We define $K$ as $K = C_{12} + C_{23} - C_{13}$.
In these three cases, we have $K = 1, -3, -1$ respectively.

All that was for complete correlation between times $t_1$ and $t_3$. In fact, for any correlation between these times $K = C_{12} + C_{23} - C_{13} \le 1$. To see this, we note that

 $K = \frac{1}{N} \sum_{r=1}^N \big(Q(t_1) Q(t_2) + Q(t_2) Q(t_3) - Q(t_1) Q(t_3)\big)_r.$

It is easily seen that for every realisation $r$, the term in the parentheses must be less than or equal to unity, so that the result for the average is also less than (or equal to) unity. If we have four distinct times rather than three, we have $K = C_{12} + C_{23} + C_{34} - C_{14} \le 2$, and so on. These are the Leggett–Garg inequalities. They express the relation between the temporal correlations of $\langle Q(\text{start}) Q(\text{end}) \rangle$ and the correlations between successive times in going from the start to the end.
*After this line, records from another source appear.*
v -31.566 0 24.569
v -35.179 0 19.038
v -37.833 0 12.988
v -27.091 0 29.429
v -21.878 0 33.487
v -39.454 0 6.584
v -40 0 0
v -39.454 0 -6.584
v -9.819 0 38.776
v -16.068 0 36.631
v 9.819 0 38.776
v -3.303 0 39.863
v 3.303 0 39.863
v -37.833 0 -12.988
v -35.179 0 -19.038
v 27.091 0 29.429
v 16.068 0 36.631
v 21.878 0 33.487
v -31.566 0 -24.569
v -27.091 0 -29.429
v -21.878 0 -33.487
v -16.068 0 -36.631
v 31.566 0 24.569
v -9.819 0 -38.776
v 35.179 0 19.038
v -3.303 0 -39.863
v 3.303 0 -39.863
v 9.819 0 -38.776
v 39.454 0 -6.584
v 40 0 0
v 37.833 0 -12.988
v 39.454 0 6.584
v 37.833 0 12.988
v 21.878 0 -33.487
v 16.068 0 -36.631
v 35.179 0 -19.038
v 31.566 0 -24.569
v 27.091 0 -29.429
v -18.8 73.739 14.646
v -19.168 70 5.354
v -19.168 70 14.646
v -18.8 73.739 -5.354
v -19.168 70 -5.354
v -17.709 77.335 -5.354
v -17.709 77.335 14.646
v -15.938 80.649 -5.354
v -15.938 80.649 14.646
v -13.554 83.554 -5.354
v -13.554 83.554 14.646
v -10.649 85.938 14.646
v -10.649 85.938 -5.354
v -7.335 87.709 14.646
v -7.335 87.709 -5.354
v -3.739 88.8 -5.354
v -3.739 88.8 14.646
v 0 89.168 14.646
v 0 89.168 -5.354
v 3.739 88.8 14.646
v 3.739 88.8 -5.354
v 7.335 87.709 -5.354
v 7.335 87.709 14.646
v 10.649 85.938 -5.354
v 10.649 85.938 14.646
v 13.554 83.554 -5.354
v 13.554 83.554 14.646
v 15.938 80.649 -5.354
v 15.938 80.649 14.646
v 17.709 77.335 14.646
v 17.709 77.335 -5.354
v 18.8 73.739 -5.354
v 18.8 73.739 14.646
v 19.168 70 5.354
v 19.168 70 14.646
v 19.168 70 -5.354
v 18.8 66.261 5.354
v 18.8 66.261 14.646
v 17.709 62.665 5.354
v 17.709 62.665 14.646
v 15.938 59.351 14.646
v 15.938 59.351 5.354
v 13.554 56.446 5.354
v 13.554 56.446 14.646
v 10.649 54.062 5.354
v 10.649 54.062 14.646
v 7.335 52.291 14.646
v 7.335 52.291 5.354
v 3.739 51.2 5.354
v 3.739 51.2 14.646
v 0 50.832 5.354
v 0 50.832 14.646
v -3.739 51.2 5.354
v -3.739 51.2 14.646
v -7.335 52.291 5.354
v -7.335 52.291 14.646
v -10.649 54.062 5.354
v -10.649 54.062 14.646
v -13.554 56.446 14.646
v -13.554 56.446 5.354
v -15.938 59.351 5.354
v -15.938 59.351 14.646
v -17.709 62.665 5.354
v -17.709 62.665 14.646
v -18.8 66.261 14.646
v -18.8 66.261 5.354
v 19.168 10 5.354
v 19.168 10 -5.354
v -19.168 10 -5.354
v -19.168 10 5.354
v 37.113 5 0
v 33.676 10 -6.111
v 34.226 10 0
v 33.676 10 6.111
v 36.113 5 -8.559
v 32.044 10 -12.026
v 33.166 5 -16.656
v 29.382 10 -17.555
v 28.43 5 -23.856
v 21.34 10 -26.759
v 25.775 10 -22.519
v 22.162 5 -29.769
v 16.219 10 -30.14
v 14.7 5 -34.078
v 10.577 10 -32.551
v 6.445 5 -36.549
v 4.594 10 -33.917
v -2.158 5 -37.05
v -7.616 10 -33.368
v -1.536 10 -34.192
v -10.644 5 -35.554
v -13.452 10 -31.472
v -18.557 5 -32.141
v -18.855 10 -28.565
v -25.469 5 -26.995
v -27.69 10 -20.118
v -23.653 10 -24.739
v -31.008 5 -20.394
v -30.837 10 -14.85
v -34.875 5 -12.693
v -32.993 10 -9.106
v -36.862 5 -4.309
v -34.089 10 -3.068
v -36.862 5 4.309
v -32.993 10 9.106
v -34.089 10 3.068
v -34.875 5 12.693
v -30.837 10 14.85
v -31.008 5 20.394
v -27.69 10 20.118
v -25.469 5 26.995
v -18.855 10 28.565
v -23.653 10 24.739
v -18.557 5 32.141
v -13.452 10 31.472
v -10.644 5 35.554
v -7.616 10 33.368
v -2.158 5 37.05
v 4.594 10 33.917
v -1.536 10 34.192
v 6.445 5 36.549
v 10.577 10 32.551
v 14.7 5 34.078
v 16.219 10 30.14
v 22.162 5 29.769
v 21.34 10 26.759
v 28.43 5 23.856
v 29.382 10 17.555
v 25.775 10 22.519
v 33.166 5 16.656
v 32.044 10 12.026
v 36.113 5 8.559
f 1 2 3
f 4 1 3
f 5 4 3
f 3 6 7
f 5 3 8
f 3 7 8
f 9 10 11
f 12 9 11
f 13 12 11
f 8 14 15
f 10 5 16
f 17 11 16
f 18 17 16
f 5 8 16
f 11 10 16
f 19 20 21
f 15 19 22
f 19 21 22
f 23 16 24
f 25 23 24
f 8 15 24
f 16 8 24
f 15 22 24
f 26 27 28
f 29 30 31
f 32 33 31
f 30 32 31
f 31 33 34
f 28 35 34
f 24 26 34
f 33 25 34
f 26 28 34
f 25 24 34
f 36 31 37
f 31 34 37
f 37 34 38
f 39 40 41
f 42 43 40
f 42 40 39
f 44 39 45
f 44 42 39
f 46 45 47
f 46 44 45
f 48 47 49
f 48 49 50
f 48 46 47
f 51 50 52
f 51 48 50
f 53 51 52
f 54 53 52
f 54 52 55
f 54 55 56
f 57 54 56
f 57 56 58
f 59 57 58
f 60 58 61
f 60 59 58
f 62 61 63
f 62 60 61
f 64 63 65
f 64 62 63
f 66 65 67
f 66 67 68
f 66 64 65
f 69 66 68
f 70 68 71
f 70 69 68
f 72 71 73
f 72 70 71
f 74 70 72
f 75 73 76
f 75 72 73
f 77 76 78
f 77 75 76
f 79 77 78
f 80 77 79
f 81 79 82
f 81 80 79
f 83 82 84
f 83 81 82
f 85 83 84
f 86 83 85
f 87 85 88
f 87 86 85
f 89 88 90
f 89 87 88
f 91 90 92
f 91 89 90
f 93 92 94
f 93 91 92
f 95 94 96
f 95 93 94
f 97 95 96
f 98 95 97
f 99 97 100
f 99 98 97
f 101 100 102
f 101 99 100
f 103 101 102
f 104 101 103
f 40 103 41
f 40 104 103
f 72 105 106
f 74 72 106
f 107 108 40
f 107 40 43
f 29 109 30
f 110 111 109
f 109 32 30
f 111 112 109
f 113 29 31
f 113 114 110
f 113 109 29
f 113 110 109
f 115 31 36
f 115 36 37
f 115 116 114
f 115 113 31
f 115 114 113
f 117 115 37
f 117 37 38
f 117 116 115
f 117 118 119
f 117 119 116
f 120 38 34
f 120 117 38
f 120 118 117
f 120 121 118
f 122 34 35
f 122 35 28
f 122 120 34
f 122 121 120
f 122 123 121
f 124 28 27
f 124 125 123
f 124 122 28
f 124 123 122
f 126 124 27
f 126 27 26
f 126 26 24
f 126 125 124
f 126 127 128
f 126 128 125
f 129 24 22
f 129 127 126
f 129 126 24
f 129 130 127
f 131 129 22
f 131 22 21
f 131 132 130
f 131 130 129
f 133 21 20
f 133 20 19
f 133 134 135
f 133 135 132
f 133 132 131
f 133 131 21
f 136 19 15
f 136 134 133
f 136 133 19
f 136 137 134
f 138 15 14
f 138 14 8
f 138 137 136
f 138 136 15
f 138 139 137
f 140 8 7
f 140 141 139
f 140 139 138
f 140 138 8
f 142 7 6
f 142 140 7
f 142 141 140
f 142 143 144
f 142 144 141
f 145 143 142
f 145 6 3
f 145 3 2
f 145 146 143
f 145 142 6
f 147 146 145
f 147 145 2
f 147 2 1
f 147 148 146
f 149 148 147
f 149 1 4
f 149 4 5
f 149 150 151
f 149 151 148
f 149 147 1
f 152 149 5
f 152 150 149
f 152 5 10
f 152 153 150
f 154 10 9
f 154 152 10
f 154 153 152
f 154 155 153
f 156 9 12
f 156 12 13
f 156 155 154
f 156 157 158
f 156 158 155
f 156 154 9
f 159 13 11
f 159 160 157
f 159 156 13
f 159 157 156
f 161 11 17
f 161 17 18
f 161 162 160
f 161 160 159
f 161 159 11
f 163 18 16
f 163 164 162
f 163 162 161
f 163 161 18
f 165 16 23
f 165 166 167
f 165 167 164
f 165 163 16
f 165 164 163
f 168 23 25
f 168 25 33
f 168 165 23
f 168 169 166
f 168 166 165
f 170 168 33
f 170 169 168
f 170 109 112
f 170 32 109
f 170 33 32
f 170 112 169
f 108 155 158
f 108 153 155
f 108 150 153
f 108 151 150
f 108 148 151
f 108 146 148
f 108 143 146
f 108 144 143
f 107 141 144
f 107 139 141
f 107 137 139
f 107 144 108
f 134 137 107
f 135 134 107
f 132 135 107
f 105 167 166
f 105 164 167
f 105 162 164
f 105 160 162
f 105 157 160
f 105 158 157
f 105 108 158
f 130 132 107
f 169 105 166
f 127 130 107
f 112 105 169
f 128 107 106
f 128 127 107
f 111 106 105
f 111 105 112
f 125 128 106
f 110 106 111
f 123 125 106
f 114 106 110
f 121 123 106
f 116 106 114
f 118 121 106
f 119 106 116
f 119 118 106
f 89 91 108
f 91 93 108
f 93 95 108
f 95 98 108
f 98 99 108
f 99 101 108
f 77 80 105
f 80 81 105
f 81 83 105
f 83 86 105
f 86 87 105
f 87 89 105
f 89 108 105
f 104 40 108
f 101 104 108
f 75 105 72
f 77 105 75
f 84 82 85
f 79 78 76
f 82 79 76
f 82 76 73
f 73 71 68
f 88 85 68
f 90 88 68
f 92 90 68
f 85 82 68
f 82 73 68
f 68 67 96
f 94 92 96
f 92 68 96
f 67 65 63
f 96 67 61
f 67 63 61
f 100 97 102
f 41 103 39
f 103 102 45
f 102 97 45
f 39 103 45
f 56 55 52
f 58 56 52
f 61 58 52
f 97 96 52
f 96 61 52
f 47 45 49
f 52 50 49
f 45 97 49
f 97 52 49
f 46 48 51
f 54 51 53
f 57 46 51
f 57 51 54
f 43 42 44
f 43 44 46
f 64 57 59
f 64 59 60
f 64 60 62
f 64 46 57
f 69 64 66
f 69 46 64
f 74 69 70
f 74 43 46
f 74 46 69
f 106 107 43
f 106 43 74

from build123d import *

# Parameters (mm, degrees)
SKETCH1_R           = 40
BOSS_EXTRUDE1_DEPTH = 10
BOSS_EXTRUDE1_TAPER = 30
SKETCH2_W           = 38.335841008
SKETCH2_H           = 10.708335478
BOSS_EXTRUDE2_DEPTH = 60
SKETCH3_R           = 19.167920504
BOSS_EXTRUDE3_DEPTH = 20


with BuildPart() as part:
    # Sketch1 → Boss-Extrude1 (new body)
    with BuildSketch(Plane(origin=(0, 0, 0), x_dir=(1, 0, 0), z_dir=(0, 1, 0))):
        Circle(SKETCH1_R)
    extrude(amount=BOSS_EXTRUDE1_DEPTH, taper=BOSS_EXTRUDE1_TAPER)

    # Sketch2 → Boss-Extrude2 (add)
    with BuildSketch(Plane(origin=(0, 10, 0), x_dir=(1, 0, 0), z_dir=(0, 1, 0))):
        Rectangle(SKETCH2_W, SKETCH2_H)
    extrude(amount=BOSS_EXTRUDE2_DEPTH)

    # Sketch3 → Boss-Extrude3 (add)
    with BuildSketch(Plane(origin=(0, 0, -5.354167739), x_dir=(-1, 0, 0), z_dir=(0, 0, -1))):
        with Locations((0, 70)):
            Circle(SKETCH3_R)
    extrude(amount=-BOSS_EXTRUDE3_DEPTH)


solid = part.part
In the derivations above, it has been assumed that the quantity Q, representing the state of the system, always has a definite value (macrorealism per se) and that its measurement at a certain time does not change this value nor its subsequent evolution (noninvasive measurability). A violation of the Leggett–Garg inequality implies that at least one of these two assumptions fails.

==Experimental violations==
One of the first proposed experiments for demonstrating a violation of macroscopic realism employs superconducting quantum interference devices. There, using Josephson junctions, one should be able to prepare macroscopic superpositions of left and right rotating macroscopically large electronic currents in a superconducting ring. Under sufficient suppression of decoherence one should be able to demonstrate a violation of the Leggett–Garg inequality. However, some criticism has been raised concerning the nature of indistinguishable electrons in a Fermi sea.

A criticism of some other proposed experiments on the Leggett–Garg inequality is that they do not really show a violation of macrorealism because they are essentially about measuring spins of individual particles. In 2015 Robens et al. demonstrated an experimental violation of the Leggett–Garg inequality using superpositions of positions instead of spin with a massive particle. At that time, and so far up until today, the cesium atoms employed in their experiment represent the largest quantum objects which have been used to experimentally test the Leggett–Garg inequality.

The experiments of Robens et al. as well as Knee et al., using ideal negative measurements, also avoid a second criticism (referred to as "clumsiness loophole") that has been directed to previous experiments using measurement protocols that could be interpreted as invasive, thereby conflicting with postulate 2.

Several other experimental violations have been reported, including in 2016 with neutrino particles using the MINOS dataset.

Brukner and Kofler have also demonstrated that quantum violations can be found for arbitrarily large macroscopic systems. As an alternative to quantum decoherence, Brukner and Kofler are proposing a solution of the quantum-to-classical transition in terms of coarse-grained quantum measurements under which usually no violation of the Leggett–Garg inequality can be seen anymore.

Experiments proposed by Mermin and Braunstein and Mann would be better for testing macroscopic realism, but warns that the experiments may be complex enough to admit unforeseen loopholes in the analysis. A detailed discussion of the subject can be found in the review by Emary et al.

==Related inequalities==
The four-term Leggett–Garg inequality can be seen to be similar to the CHSH inequality. Moreover, equalities were proposed by Jaeger et al.